◆ **Stored data entries**
####################
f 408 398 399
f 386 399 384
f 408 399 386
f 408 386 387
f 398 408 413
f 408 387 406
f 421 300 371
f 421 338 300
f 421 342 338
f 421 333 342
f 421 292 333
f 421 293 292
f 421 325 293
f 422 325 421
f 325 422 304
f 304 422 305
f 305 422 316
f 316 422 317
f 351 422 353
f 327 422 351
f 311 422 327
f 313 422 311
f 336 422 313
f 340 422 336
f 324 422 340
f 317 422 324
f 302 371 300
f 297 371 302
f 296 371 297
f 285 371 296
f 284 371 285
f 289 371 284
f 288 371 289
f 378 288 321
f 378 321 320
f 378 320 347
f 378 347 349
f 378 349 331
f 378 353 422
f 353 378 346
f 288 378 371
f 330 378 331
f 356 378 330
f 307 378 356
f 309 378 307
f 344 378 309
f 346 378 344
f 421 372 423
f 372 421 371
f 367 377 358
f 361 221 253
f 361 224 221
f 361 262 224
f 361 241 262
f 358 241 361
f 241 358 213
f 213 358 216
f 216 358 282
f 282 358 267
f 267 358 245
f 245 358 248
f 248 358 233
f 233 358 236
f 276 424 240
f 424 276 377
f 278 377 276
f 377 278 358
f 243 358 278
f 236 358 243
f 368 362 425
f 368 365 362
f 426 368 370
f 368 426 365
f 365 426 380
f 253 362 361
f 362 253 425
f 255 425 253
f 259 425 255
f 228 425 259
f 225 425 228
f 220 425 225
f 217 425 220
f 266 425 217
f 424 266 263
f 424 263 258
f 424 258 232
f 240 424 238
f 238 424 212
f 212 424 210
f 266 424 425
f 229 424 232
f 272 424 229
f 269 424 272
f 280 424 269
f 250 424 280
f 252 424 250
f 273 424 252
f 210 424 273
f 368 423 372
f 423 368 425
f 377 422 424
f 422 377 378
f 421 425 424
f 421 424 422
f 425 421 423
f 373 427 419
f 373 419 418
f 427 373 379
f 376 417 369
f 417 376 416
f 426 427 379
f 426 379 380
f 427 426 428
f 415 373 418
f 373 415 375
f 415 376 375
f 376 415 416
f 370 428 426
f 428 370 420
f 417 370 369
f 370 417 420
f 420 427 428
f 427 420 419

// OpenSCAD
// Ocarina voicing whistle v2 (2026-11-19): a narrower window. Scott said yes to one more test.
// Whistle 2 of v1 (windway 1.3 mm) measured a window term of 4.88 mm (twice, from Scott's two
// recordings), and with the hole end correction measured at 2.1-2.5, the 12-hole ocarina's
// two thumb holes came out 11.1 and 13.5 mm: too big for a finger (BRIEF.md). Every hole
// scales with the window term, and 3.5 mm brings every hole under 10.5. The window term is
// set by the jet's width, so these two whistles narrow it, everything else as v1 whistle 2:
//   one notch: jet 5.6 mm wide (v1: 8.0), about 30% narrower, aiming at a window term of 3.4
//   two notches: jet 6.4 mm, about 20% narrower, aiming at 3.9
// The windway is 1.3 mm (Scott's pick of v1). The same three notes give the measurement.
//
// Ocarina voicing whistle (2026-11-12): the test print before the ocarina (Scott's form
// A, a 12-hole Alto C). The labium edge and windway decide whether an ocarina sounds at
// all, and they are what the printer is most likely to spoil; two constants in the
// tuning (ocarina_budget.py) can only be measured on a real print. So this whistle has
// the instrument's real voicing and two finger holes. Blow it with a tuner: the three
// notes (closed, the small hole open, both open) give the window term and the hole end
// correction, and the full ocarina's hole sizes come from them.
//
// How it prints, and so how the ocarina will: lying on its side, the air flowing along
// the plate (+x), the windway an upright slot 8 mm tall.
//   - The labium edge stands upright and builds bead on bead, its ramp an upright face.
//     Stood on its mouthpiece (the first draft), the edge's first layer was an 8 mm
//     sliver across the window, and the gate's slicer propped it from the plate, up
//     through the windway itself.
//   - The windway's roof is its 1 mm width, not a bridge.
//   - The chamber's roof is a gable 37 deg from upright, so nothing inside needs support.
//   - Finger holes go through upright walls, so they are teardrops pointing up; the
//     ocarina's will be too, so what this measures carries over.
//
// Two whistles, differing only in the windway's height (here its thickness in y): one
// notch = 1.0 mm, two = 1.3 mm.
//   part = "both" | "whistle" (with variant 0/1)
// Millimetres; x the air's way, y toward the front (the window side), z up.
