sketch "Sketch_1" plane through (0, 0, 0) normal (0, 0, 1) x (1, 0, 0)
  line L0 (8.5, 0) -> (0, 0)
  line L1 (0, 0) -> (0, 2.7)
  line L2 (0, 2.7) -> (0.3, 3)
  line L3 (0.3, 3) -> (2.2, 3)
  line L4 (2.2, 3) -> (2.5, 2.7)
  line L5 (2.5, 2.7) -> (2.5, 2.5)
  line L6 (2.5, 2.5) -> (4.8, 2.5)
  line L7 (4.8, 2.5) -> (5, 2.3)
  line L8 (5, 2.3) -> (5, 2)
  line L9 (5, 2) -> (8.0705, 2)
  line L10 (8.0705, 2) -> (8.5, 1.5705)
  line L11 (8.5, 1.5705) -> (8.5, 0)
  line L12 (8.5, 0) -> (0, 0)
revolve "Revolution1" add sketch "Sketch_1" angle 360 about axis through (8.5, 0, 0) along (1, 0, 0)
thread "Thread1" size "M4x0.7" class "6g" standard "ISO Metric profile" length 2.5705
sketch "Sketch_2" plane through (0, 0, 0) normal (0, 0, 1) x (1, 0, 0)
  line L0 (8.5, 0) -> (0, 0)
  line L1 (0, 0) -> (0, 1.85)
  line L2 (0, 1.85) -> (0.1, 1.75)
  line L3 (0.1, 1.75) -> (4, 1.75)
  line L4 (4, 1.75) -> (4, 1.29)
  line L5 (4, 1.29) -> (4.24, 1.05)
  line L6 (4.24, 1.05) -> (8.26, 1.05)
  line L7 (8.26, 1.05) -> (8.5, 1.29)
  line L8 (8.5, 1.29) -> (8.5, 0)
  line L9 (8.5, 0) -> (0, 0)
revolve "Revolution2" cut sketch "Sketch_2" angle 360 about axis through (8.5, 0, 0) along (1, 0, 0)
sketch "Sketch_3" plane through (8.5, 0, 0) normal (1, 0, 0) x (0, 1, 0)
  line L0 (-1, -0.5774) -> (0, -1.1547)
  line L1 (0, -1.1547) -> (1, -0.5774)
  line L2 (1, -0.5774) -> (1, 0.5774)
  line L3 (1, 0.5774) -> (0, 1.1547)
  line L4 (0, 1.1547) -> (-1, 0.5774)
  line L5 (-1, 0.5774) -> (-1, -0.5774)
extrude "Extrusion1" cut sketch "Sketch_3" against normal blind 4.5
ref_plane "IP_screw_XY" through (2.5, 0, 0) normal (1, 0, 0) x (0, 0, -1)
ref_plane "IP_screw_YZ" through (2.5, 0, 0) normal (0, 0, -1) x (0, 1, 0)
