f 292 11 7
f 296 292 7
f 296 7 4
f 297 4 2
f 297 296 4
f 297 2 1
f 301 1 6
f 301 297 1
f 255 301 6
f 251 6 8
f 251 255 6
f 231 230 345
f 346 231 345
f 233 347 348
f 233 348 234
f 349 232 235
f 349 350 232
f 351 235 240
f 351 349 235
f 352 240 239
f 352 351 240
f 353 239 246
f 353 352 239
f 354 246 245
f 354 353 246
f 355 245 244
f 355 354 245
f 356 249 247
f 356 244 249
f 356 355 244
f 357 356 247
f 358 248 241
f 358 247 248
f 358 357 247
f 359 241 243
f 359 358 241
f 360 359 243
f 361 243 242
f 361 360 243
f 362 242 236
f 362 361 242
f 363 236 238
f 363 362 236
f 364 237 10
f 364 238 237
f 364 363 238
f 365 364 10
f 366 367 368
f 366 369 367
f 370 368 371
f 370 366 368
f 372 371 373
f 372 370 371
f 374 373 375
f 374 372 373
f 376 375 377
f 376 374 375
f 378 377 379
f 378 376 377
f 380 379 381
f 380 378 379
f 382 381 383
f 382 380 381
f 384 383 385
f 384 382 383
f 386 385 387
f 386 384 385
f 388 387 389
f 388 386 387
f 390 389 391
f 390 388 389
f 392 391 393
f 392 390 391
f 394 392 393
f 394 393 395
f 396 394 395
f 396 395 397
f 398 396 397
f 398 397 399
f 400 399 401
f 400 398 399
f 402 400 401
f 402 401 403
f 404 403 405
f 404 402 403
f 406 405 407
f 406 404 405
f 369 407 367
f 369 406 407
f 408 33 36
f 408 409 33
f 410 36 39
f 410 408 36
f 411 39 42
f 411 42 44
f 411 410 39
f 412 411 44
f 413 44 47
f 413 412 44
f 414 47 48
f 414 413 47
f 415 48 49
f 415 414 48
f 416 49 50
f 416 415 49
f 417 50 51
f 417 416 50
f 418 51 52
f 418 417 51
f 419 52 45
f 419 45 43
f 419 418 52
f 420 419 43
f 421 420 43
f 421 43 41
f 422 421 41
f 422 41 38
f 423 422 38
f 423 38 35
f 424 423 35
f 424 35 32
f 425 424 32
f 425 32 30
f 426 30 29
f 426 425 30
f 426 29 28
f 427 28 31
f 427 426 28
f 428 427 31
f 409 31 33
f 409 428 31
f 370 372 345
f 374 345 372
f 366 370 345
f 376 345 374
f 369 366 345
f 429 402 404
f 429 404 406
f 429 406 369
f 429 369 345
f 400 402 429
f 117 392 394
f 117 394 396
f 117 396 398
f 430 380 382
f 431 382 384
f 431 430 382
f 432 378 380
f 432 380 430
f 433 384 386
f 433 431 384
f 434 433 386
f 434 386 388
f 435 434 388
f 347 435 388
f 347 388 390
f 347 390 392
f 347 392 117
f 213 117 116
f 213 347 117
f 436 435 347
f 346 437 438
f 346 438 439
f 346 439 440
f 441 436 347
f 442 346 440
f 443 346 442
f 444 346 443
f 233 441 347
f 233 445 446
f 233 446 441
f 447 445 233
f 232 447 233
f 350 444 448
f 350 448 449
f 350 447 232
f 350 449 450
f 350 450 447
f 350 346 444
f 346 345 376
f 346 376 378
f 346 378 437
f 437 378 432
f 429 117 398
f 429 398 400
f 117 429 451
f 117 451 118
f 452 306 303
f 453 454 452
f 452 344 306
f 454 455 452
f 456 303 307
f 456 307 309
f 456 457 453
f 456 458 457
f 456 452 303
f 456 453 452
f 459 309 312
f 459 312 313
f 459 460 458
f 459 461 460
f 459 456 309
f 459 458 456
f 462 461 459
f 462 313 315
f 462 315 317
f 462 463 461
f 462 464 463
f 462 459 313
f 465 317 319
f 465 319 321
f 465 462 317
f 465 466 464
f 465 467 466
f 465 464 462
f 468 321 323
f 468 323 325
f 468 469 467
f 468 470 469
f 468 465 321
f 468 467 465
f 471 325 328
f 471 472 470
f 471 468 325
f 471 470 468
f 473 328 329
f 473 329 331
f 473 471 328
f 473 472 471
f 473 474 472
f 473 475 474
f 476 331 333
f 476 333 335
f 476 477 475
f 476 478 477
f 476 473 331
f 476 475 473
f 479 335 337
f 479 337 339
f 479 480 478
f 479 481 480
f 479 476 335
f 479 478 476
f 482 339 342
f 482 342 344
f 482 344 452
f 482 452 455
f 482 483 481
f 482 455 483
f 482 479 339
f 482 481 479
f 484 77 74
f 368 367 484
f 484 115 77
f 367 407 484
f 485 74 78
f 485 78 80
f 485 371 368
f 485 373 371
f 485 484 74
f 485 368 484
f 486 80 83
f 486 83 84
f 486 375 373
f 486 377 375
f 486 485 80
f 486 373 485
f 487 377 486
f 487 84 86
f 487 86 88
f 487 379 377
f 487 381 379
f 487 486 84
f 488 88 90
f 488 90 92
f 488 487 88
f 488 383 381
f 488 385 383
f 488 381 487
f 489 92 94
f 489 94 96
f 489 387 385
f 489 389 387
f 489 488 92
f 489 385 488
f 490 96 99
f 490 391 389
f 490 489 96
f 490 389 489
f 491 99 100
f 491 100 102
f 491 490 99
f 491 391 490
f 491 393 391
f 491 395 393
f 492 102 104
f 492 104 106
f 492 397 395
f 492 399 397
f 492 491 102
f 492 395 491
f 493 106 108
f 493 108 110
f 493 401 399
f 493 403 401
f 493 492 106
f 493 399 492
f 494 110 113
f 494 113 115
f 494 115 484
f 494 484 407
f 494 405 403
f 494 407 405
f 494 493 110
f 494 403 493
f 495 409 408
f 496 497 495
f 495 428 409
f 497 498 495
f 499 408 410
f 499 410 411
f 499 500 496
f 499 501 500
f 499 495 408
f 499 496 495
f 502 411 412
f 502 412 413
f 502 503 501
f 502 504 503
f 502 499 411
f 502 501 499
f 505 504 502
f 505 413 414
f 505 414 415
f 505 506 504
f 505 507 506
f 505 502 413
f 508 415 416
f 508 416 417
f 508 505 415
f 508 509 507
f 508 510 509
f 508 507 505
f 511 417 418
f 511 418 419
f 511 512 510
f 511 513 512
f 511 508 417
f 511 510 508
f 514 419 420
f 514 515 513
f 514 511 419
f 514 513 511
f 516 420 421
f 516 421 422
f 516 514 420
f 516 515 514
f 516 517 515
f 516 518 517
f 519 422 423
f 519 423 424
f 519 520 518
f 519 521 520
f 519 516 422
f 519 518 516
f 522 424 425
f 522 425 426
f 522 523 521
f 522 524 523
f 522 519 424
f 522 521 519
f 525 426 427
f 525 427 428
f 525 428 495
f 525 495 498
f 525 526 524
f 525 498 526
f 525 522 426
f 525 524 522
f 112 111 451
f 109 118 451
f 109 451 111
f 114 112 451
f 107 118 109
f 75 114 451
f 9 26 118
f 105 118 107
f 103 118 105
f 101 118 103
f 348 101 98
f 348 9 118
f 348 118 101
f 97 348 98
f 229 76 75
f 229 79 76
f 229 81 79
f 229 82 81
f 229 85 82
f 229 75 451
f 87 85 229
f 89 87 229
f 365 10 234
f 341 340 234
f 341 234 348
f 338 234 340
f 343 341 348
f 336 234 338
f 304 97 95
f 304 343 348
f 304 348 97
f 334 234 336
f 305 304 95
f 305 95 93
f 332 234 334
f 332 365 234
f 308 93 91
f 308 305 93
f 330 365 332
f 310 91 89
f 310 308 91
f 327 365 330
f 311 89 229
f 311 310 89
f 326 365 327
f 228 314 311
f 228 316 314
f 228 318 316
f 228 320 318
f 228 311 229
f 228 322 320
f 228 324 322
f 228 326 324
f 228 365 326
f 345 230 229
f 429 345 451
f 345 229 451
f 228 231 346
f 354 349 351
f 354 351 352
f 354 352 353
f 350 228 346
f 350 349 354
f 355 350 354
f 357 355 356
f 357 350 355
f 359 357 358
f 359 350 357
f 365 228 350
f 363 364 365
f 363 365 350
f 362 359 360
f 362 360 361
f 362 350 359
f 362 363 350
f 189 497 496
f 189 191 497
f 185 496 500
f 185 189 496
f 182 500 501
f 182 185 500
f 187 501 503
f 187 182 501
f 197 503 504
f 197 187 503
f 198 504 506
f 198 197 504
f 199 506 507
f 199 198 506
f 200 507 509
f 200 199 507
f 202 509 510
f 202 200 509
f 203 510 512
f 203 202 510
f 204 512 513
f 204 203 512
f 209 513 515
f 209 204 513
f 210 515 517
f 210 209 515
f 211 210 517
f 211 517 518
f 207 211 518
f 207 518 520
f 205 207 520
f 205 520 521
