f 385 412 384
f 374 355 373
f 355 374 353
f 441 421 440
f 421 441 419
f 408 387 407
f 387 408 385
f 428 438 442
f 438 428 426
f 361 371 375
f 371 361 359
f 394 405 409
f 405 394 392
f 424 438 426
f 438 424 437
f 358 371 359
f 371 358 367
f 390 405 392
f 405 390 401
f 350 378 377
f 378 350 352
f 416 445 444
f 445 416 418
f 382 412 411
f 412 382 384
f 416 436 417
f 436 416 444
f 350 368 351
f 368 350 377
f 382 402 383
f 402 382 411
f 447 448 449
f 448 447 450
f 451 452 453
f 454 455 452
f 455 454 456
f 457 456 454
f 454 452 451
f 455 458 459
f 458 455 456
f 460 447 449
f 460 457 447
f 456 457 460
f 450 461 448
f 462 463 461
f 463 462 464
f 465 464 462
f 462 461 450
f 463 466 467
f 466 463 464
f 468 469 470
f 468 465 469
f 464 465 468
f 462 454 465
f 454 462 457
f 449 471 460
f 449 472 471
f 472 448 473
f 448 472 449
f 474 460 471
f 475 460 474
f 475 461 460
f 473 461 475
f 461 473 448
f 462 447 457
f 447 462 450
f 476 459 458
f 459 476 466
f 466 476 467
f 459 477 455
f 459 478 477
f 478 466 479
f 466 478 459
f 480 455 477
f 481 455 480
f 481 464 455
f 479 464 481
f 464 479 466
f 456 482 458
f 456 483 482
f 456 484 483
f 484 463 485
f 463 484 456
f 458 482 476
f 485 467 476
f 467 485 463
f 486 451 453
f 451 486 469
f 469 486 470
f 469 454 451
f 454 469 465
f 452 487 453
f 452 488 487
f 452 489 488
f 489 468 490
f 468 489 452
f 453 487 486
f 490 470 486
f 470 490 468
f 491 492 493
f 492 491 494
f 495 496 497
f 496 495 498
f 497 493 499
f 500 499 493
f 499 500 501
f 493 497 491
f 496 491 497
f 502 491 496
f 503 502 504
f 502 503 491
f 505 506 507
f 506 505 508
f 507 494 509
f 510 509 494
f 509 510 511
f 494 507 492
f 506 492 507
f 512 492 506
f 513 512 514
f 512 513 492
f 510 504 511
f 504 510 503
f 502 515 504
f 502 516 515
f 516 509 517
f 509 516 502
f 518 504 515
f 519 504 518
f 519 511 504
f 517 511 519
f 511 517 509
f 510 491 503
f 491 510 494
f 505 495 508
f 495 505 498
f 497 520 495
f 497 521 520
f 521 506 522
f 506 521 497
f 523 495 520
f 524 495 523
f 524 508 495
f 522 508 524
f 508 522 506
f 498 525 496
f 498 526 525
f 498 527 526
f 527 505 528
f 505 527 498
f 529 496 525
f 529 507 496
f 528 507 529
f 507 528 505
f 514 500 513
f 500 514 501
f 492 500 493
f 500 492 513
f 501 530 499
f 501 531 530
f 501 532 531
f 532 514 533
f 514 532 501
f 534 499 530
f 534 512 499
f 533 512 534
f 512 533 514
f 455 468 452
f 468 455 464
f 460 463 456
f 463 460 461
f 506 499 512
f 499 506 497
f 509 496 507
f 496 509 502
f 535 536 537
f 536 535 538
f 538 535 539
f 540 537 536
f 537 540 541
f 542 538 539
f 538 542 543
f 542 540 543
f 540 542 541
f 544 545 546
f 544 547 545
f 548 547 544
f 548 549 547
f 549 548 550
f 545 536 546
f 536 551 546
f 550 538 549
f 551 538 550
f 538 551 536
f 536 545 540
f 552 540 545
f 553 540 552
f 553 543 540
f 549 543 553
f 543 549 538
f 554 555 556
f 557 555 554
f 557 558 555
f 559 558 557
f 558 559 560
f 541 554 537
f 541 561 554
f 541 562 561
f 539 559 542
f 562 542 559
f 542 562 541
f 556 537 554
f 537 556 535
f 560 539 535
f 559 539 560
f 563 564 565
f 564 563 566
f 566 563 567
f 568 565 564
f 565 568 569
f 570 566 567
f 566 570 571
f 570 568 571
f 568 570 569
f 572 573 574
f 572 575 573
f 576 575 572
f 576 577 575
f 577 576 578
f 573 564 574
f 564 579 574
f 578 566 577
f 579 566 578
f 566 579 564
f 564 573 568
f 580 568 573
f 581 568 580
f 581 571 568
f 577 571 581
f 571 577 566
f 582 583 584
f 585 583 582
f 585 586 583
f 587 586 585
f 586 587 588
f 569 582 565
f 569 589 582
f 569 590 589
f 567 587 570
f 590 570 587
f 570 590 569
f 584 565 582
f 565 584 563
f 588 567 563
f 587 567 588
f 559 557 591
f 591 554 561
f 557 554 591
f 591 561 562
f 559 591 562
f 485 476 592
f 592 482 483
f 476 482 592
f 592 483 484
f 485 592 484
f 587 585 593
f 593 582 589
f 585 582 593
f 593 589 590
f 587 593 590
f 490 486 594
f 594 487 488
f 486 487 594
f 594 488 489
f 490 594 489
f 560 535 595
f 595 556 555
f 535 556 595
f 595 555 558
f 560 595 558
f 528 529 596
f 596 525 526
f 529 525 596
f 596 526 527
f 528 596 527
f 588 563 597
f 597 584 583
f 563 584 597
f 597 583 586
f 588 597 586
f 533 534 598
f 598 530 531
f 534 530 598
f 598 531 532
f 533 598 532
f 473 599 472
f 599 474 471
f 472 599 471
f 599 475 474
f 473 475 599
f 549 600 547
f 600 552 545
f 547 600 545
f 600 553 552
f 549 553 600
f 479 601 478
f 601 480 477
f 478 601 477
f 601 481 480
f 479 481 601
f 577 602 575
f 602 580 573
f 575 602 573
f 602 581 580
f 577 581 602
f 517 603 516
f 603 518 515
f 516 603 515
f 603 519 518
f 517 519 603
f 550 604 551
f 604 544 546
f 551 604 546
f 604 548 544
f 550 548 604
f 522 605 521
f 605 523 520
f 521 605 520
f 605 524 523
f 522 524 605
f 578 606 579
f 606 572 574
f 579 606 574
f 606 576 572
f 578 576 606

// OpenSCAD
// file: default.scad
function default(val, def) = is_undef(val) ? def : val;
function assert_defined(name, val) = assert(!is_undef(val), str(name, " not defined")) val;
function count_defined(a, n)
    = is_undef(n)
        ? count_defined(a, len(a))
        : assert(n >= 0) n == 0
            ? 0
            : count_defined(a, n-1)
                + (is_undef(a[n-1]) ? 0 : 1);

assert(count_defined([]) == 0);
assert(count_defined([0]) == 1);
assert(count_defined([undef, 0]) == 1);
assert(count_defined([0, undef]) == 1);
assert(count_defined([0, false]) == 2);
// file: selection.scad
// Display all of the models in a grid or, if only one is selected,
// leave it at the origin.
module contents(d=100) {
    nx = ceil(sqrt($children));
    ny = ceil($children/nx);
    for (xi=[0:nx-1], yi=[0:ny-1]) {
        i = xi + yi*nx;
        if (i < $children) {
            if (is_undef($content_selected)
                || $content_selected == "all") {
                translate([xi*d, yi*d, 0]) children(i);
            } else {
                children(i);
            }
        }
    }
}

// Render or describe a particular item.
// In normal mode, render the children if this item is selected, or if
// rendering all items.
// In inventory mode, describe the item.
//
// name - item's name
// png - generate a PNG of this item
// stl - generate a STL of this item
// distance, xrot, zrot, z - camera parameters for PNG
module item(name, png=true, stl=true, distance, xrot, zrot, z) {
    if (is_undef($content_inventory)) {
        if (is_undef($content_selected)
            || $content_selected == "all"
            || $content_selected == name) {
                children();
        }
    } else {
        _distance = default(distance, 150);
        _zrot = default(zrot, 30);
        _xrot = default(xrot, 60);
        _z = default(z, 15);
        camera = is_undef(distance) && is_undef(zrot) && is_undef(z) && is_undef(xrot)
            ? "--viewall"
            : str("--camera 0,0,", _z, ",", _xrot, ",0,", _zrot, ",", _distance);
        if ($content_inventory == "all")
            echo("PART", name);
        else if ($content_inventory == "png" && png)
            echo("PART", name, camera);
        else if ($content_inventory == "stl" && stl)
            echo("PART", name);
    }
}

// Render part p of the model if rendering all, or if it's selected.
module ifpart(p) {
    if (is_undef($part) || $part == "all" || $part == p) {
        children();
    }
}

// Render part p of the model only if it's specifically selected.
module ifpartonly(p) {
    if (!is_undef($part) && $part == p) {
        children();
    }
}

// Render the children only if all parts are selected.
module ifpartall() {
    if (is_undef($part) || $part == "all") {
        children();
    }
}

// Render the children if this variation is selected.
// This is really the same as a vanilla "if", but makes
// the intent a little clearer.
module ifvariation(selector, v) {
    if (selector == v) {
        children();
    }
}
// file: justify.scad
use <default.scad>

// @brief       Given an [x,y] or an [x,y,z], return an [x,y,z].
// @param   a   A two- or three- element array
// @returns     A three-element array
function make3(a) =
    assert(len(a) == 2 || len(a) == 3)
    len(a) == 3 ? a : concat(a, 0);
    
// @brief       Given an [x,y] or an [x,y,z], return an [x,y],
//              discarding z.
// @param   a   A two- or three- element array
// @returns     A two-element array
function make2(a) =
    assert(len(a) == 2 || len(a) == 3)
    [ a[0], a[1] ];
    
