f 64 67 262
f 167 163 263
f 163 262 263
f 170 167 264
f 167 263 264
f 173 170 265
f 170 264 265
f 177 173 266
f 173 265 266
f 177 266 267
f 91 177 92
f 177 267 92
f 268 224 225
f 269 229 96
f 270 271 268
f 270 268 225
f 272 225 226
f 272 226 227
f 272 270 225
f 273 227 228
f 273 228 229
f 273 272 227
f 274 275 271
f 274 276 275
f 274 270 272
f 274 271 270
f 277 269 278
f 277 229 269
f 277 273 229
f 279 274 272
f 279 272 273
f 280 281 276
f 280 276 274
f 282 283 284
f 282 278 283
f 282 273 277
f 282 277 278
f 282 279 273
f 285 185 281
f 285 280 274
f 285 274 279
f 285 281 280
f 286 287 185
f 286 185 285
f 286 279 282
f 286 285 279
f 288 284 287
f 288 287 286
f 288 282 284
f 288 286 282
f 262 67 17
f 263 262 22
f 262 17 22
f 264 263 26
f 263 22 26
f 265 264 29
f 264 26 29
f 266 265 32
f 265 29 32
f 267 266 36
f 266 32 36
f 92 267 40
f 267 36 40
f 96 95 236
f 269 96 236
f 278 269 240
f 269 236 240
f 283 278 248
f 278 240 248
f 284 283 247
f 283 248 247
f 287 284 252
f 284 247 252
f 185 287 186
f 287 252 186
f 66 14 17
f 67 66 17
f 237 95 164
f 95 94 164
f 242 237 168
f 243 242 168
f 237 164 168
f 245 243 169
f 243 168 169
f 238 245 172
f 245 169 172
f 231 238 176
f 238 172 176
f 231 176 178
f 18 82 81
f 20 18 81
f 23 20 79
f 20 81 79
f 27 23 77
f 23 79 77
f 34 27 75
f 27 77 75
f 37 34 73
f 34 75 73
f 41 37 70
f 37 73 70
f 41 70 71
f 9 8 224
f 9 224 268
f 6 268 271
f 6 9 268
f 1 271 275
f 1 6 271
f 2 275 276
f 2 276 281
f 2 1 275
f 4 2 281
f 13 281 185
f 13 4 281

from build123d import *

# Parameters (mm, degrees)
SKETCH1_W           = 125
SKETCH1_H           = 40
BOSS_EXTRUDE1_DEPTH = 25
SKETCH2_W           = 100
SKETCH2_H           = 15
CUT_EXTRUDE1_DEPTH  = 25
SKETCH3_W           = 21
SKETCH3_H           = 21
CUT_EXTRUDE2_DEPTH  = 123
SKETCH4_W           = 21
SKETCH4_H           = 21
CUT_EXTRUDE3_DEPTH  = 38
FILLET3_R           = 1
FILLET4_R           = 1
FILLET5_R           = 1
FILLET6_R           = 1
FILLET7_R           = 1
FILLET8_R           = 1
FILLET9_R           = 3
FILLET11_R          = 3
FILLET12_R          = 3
####################
Look back at the data above. Transcribe exactly the lines starting at the line that contains "f 525 427 428" and ending at the line that contains "f 97 348 98".

◆ **Result of the exercise**
f 525 427 428
f 525 428 495
f 525 495 498
f 525 526 524
f 525 498 526
f 525 522 426
f 525 524 522
f 112 111 451
f 109 118 451
f 109 451 111
f 114 112 451
f 107 118 109
f 75 114 451
f 9 26 118
f 105 118 107
f 103 118 105
f 101 118 103
f 348 101 98
f 348 9 118
f 348 118 101
f 97 348 98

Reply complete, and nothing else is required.